Could humans with a oracular super-AI police the development and deployment of active super-AIs?
I tell my super-intelligent car to take me to Albany as fast as possible. It sends emotionally manipulative emails to anyone else who would otherwise be on the road encouraging them to stay home.
I believe that HK’s post explicitly characterizes anything active like this as having agency.
I think the correct objection is something you can’t quite see in google maps. If you program an AI to do nothing but output directions, it will do nothing but output directions. If those directions are for driving, you’re probably fine. If those directions are big and complicated plans for something important, that you follow without really understanding why you’re doing (and this is where most of the benefits of working with an AGI will show up), then you could unknowingly take over the world using a sufficiently clever scheme.
Also note that it would be a lot easier for the AI to pull this off if you let it tell you how to improve its own design. If recursively self-improving AI blows other AI out of the water, then tool AI is probably not safe unless it is made ineffective.
This does actually seem like it would raise the bar of intelligence needed to take over the world somewhat. It is unclear how much. The topic seems to me to be worthy of further study/discussion, but not (at least not obviously) a threat to the core of SIAI’s mission.
If those directions are big and complicated plans for something important, that you follow without really understanding why you’re doing (and this is where most of the benefits of working with an AGI will show up), then you could unknowingly take over the world using a sufficiently clever scheme.
It also helps that Google Maps does not have general intelligence, so it does not include user’s reactions to its output, the consequent user’s actions in the real world, etc. as variables in its model, which may influence the quality of the solution, and therefore can (and should) be optimized (within constraints given by user’s psychology, etc.), if possible.

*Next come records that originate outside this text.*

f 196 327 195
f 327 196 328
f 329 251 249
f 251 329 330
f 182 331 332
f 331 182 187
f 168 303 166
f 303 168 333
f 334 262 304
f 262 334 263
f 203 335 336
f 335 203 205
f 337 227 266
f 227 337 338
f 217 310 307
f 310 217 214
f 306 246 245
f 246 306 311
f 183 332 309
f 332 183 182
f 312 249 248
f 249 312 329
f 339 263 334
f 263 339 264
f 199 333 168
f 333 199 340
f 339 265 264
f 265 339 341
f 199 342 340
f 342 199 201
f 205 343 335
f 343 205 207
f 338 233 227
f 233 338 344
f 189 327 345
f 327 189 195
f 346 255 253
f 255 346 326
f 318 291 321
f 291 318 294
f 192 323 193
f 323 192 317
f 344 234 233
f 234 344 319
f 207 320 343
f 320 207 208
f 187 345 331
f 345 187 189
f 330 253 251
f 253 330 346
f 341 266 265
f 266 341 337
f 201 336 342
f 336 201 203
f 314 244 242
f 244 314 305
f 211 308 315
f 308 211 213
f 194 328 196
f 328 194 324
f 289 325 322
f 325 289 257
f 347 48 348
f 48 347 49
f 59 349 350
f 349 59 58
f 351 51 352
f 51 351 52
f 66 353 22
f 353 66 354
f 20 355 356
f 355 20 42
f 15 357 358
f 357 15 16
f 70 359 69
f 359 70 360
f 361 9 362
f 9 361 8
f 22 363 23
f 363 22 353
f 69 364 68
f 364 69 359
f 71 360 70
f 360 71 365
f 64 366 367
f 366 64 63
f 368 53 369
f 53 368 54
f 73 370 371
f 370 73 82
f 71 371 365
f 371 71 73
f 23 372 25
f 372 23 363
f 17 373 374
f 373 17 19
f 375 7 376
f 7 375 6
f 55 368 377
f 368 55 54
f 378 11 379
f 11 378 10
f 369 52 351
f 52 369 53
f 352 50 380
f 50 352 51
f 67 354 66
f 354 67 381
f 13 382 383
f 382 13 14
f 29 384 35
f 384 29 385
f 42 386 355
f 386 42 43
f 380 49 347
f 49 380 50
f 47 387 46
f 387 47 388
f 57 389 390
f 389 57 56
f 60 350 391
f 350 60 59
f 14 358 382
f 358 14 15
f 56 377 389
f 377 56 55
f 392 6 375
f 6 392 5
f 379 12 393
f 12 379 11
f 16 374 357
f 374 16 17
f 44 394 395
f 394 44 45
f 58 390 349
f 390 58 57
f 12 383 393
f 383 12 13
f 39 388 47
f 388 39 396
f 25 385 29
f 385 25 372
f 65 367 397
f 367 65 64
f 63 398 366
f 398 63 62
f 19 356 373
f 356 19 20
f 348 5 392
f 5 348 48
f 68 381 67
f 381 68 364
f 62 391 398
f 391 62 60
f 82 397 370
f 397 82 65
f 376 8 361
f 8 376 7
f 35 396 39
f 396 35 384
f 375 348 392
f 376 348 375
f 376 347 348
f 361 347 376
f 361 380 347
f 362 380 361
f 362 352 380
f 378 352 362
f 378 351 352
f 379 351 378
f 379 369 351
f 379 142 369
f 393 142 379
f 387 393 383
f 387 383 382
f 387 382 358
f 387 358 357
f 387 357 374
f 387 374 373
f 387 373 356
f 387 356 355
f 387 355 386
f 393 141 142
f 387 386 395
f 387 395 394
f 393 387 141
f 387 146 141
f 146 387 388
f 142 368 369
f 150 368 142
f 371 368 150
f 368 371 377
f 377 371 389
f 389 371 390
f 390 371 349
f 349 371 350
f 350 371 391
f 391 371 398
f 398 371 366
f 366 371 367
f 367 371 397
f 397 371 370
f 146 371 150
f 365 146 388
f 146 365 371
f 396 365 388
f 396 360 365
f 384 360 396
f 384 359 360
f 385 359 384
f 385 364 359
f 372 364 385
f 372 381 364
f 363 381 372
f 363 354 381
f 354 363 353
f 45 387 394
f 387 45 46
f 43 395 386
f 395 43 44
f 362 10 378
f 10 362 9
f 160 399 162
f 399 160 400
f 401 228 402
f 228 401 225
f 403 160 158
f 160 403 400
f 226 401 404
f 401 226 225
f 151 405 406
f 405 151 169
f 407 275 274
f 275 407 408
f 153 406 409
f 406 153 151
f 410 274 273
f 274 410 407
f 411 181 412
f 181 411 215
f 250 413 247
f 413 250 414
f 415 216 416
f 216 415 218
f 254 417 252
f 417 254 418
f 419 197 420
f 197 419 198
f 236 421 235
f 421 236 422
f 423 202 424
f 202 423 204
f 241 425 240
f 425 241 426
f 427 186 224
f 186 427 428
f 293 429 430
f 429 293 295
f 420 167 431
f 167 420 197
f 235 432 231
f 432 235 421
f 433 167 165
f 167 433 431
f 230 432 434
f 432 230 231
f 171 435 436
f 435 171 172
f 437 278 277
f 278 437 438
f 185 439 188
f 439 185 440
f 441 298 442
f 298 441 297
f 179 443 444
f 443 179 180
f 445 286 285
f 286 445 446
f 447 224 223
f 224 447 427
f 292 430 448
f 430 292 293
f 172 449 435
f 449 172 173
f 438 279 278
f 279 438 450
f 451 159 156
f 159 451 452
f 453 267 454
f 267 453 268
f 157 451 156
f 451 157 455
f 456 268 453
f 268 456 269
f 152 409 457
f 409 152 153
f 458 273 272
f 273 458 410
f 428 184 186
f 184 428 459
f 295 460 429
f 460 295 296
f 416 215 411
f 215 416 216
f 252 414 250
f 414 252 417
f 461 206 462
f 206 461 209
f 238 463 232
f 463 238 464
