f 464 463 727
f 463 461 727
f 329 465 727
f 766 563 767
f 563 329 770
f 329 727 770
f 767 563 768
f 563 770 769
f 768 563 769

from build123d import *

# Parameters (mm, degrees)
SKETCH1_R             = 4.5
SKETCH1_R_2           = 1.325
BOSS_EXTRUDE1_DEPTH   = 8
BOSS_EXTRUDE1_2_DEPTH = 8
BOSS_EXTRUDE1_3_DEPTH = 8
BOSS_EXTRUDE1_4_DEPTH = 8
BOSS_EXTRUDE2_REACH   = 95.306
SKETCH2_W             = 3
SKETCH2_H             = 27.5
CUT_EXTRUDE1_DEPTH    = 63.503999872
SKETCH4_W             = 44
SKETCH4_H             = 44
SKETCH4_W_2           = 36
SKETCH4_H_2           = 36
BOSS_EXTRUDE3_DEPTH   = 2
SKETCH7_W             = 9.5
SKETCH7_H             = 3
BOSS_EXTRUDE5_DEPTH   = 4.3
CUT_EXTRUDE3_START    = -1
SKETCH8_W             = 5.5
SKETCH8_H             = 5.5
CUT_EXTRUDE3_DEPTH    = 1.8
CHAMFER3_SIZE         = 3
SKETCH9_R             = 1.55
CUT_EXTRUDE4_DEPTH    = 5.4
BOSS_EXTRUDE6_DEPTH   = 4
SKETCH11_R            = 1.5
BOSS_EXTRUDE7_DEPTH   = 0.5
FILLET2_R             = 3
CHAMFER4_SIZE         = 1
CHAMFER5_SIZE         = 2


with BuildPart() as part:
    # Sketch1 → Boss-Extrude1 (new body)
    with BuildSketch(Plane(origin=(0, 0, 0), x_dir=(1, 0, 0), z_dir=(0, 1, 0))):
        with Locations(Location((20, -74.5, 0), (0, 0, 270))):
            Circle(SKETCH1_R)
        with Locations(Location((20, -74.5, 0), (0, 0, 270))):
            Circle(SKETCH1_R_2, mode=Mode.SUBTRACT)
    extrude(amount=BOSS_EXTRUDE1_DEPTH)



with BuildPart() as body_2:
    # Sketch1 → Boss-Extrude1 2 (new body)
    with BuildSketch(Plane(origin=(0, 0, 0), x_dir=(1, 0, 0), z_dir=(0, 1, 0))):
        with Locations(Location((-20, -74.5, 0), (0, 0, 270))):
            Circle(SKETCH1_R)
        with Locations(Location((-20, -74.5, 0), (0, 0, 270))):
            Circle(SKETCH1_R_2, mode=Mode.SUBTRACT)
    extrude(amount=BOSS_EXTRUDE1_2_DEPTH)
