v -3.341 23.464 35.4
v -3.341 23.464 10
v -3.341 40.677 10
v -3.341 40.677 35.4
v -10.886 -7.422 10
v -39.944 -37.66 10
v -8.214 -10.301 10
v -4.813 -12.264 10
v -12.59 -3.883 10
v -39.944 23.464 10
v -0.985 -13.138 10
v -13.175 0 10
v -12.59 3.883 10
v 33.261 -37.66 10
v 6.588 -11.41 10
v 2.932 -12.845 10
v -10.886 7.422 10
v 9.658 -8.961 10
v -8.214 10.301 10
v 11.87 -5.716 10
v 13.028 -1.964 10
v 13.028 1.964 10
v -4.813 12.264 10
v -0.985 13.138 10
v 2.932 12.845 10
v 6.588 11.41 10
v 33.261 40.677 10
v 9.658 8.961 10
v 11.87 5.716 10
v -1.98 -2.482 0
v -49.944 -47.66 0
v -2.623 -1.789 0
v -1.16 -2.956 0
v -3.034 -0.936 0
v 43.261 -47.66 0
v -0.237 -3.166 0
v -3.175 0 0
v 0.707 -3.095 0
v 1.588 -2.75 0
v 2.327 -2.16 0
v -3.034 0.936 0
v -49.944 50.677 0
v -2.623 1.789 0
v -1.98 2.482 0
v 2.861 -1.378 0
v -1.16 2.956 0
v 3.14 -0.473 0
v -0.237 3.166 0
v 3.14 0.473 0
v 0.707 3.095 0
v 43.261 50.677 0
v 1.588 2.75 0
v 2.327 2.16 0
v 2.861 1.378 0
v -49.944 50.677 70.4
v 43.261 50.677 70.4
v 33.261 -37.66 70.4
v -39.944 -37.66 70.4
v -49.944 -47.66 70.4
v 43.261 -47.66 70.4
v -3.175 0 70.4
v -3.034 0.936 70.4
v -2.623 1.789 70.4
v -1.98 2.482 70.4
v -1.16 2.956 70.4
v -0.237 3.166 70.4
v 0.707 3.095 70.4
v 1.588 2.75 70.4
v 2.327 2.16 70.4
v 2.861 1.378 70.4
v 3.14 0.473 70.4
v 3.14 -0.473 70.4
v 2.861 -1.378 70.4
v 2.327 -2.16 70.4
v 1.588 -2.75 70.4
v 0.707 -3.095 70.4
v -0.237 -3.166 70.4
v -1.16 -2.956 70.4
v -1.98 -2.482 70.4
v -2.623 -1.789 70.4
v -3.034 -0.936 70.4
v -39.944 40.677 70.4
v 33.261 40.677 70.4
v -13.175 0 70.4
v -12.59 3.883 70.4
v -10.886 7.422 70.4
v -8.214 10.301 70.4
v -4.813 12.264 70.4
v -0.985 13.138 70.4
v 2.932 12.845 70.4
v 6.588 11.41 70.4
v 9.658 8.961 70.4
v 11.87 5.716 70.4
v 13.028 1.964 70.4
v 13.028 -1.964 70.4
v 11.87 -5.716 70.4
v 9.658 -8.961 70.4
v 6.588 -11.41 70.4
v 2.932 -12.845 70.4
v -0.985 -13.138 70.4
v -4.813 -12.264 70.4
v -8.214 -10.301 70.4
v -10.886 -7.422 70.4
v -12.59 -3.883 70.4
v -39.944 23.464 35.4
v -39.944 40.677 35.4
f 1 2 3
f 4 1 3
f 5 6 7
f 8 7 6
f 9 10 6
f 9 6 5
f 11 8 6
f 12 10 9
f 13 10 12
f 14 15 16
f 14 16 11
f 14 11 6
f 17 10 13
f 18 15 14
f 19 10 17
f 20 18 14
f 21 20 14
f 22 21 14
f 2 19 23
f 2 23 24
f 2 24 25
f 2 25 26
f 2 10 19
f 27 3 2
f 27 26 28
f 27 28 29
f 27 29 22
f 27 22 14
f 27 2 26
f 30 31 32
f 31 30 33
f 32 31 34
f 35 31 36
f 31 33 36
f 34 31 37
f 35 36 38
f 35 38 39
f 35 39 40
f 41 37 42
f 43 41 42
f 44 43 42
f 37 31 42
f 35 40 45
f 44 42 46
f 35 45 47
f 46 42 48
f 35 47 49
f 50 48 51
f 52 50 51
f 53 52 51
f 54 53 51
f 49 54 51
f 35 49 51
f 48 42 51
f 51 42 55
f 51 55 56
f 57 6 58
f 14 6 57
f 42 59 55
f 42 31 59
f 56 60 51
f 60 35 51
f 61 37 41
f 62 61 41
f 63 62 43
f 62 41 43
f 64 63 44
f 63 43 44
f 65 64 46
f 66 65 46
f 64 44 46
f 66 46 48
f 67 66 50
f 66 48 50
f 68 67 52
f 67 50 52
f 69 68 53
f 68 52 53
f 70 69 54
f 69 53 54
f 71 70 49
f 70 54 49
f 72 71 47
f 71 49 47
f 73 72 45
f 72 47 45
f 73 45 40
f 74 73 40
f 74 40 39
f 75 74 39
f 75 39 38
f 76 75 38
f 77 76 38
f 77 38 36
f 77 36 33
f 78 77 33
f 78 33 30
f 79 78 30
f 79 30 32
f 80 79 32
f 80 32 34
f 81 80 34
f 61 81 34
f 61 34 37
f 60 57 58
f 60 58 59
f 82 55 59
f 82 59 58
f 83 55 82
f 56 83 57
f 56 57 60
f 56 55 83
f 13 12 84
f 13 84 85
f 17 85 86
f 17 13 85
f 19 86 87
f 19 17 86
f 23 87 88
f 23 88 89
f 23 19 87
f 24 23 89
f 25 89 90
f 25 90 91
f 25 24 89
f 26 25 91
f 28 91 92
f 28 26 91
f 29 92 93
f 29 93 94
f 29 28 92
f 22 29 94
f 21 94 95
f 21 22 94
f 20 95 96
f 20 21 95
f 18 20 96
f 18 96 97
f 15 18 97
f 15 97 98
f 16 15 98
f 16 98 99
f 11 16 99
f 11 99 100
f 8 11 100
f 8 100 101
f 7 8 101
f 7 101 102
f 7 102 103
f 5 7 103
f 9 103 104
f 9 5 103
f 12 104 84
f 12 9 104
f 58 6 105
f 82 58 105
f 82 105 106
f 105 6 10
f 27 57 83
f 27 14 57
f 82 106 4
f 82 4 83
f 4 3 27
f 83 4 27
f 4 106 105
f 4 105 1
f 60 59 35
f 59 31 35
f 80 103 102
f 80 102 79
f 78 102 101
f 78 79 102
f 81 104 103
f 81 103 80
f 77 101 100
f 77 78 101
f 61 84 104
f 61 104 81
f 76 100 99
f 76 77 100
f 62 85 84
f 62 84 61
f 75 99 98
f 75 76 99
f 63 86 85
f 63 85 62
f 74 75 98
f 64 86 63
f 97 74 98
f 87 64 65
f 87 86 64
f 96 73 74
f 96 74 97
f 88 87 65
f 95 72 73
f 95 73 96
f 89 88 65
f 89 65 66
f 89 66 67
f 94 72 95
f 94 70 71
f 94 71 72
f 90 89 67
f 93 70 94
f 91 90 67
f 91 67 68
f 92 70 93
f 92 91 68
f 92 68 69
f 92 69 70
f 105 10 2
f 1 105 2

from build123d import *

# Parameters (mm, degrees)
F0_W     = 93.204498291
F0_H     = 98.337136209
F1_DEPTH = 25.4
F2_DEPTH = 45
F4_D     = 6.35
F7_T     = -10
F8_W     = 36.6022491455
F8_H     = 17.213357389
F9_DEPTH = 25.4


# Not quite as in the source:
# - the program builds the solid bodies; features that only make, move or delete a surface that nothing else refers to are left out


with BuildPart() as f1:
    # F0 (on Top) → F1 (new body)
    with BuildSketch(Plane.XY):
        with Locations((-3.3413916826, 1.5083067119)):
            Rectangle(F0_W, F0_H)
    extrude(amount=F1_DEPTH)

    # F2 (add): a face of the model
    f2_faces = [f1.faces().sort_by_distance(p)[0] for p in [
        (-3.3413916826, 1.5083067119, 25.4),
    ]]
    extrude(f2_faces, amount=F2_DEPTH)

    # F4 (through all)
    with Locations(Plane.XY.offset(70.4)):
        with Locations((0, 0)):
            Hole(F4_D / 2)

    # F7
    f7_openings = [f1.faces().sort_by_distance(p)[0] for p in [
        (-3.352977, 1.513536, 70.4),
    ]]
    offset(amount=F7_T, openings=f7_openings)

    # F8 (on face) → F9 (join)
    with BuildSketch(Plane.XY.offset(10)):
        with Locations((-21.6425162554, 32.0701961219)):
            Rectangle(F8_W, F8_H)
    extrude(amount=F9_DEPTH)


solid = f1.part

Shortly: Google Maps does not manipulate you, because it does not see you.
A generally smart Google Maps might not manipulate you, because it has no motivation to do so.

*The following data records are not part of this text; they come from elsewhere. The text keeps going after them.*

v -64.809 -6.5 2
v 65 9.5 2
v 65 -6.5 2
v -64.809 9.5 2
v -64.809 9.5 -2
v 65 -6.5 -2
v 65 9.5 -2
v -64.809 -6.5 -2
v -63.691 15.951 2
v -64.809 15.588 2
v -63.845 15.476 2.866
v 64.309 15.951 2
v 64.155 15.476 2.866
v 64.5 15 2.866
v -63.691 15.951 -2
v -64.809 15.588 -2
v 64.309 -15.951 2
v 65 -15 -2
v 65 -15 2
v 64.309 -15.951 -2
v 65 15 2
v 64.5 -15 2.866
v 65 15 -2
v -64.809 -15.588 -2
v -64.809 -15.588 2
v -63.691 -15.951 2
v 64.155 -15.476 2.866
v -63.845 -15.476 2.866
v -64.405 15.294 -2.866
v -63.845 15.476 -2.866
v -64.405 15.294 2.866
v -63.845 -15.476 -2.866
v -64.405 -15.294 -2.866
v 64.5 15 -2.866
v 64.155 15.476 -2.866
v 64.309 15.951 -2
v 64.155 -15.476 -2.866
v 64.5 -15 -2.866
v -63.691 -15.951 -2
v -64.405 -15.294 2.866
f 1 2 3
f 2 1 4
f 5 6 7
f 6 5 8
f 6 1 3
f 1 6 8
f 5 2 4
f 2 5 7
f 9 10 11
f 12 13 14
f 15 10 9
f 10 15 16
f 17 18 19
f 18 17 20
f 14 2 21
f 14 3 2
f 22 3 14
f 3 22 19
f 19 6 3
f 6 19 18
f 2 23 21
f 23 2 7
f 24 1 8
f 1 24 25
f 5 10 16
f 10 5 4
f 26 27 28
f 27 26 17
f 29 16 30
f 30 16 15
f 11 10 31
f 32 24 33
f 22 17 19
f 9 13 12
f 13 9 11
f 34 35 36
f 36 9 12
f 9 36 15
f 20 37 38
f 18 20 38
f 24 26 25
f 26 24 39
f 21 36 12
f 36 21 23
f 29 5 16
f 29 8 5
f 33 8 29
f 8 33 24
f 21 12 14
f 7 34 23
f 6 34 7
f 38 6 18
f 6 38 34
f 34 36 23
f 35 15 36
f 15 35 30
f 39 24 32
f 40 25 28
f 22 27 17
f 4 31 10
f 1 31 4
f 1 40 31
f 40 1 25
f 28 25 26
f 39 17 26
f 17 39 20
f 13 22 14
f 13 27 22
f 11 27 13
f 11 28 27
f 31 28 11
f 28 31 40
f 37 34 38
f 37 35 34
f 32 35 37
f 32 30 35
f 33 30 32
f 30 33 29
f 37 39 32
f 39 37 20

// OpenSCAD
$holderDepth = 30;
$holderHeight = 10;

$cavityWidth = 120;
$cavityDepth = 13;
$cavityHeight = 4;

$rows = 4;
$spacingBetweenCavitys = 5;

difference() {
    minkowski() {
        cube([$cavityWidth + 8, $holderDepth, $cavityHeight], center = true);
        sphere(r=1); // rounding radius
    }
    
    $spacing = ($holderDepth - $cavityDepth*$rows)/2;
    echo($spacing);
    
    $totalCavitys = $holderDepth / ($cavityDepth + $spacingBetweenCavitys);
    echo($totalCavitys);
    echo($cavityDepth);
    $starting = -$holderDepth/2;
    for(i = [0:$rows-1]){
        $myPosition = i;
        translate([0,$myPosition,0])
        #cube([$cavityWidth*1.1, $cavityDepth, $cavityHeight], center = true);
    }
}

It’s hard to imagine how commercial services would work when they’re powered by GAI (e.g. if you asked a GAI version of Google Maps a question that’s unrelated to maps, e.g. “What’s a good recipe for Cheesecake?”, would it tell you that you should ask Google Search instead? Would it defer to Google Search and forward the answer to you? Would it just figure out the answer anyway, since it’s generally intelligent? Would the company Google simply collapse all services into a single “Google” brand, rather than have “Google Search”, “Google Mail”, “Google Maps”, etc, and have that single brand be powered by a single GAI? etc.) but let’s stick to the topic at hand and assume there’s a GAI named “Google Maps”, and you’re asking “How do I get to Albany?”

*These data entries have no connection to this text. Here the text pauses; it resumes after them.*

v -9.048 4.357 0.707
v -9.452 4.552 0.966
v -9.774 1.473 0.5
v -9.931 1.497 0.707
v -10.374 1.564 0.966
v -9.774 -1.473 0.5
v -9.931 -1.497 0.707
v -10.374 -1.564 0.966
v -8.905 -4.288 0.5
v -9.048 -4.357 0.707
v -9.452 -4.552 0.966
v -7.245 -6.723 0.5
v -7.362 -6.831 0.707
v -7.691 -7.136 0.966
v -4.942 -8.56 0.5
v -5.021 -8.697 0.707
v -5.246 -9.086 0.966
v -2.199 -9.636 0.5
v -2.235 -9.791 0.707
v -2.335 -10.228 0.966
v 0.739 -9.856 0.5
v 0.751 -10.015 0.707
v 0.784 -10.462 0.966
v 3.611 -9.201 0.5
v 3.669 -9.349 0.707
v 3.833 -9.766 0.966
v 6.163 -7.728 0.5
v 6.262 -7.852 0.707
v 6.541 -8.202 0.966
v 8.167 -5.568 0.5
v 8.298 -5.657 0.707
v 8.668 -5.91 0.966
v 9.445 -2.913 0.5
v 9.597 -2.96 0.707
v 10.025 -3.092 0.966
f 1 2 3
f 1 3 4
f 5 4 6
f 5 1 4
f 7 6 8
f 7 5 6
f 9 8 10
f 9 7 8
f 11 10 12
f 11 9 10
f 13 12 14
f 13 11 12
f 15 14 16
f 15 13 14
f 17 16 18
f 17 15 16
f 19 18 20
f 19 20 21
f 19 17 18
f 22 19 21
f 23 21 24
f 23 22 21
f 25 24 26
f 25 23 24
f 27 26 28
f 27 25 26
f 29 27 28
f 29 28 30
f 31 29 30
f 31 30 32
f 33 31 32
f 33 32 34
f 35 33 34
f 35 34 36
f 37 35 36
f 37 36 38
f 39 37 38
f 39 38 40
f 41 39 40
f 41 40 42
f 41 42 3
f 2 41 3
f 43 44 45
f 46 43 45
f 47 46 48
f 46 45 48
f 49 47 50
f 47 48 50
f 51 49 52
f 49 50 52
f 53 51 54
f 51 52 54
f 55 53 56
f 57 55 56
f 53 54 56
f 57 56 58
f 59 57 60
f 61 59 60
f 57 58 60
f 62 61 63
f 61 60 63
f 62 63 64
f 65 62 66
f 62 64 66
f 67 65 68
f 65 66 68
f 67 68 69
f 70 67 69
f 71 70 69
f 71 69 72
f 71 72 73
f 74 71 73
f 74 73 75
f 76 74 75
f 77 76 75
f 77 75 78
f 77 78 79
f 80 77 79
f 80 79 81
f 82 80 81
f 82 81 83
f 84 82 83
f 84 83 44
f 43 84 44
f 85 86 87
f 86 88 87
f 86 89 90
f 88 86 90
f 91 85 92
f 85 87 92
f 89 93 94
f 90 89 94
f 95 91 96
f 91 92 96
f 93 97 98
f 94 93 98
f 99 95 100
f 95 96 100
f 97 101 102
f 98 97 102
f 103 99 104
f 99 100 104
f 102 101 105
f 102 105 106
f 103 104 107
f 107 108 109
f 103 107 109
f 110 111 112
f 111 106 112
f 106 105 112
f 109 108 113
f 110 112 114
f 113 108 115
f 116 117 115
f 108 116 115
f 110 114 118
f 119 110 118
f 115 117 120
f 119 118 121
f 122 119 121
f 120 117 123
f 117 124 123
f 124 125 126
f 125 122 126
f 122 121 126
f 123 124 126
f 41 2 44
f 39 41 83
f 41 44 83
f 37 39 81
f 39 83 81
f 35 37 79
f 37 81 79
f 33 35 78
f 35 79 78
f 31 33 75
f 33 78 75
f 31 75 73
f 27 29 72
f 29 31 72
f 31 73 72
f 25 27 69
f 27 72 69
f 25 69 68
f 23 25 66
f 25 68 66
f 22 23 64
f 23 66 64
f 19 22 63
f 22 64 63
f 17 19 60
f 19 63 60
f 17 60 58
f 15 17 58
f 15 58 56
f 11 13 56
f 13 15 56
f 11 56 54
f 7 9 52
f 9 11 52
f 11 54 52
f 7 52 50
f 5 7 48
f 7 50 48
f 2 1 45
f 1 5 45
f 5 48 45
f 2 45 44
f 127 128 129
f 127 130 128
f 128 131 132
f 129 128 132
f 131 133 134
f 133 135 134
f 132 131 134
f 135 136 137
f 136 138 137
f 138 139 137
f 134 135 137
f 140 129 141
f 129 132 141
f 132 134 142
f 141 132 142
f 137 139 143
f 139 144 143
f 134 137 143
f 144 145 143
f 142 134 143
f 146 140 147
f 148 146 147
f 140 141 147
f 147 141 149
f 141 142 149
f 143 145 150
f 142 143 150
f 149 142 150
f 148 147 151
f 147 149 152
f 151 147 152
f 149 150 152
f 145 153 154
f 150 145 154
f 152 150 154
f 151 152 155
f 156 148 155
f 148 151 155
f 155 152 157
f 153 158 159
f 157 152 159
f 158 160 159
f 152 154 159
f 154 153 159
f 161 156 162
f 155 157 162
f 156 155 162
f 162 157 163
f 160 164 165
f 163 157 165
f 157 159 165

Given this use-case, would the engineers that developed the Google Maps GAI more likely give it a utility like “Maximize the probability that your response is truthful”, or is it more likely that the utility would be something closer to “Always respond with a set of directions which are legal in the relevant jurisdictions that they are to be followed within which, if followed by the user, would cause the user to arrive at the destination while minimizing cost/time/complexity (depending on the user’s preferences)”?
This was my thought as well: an automated vehicle is in “agent” mode.
The example also demonstrates why an AI in agent mode is likely to be more useful (in many cases) than an AI in tool mode. Compare using Google maps to find a route to the airport versus just jumping into a taxi cab and saying “Take me to the airport”. Since agent-mode AI has uses, it is likely to be developed.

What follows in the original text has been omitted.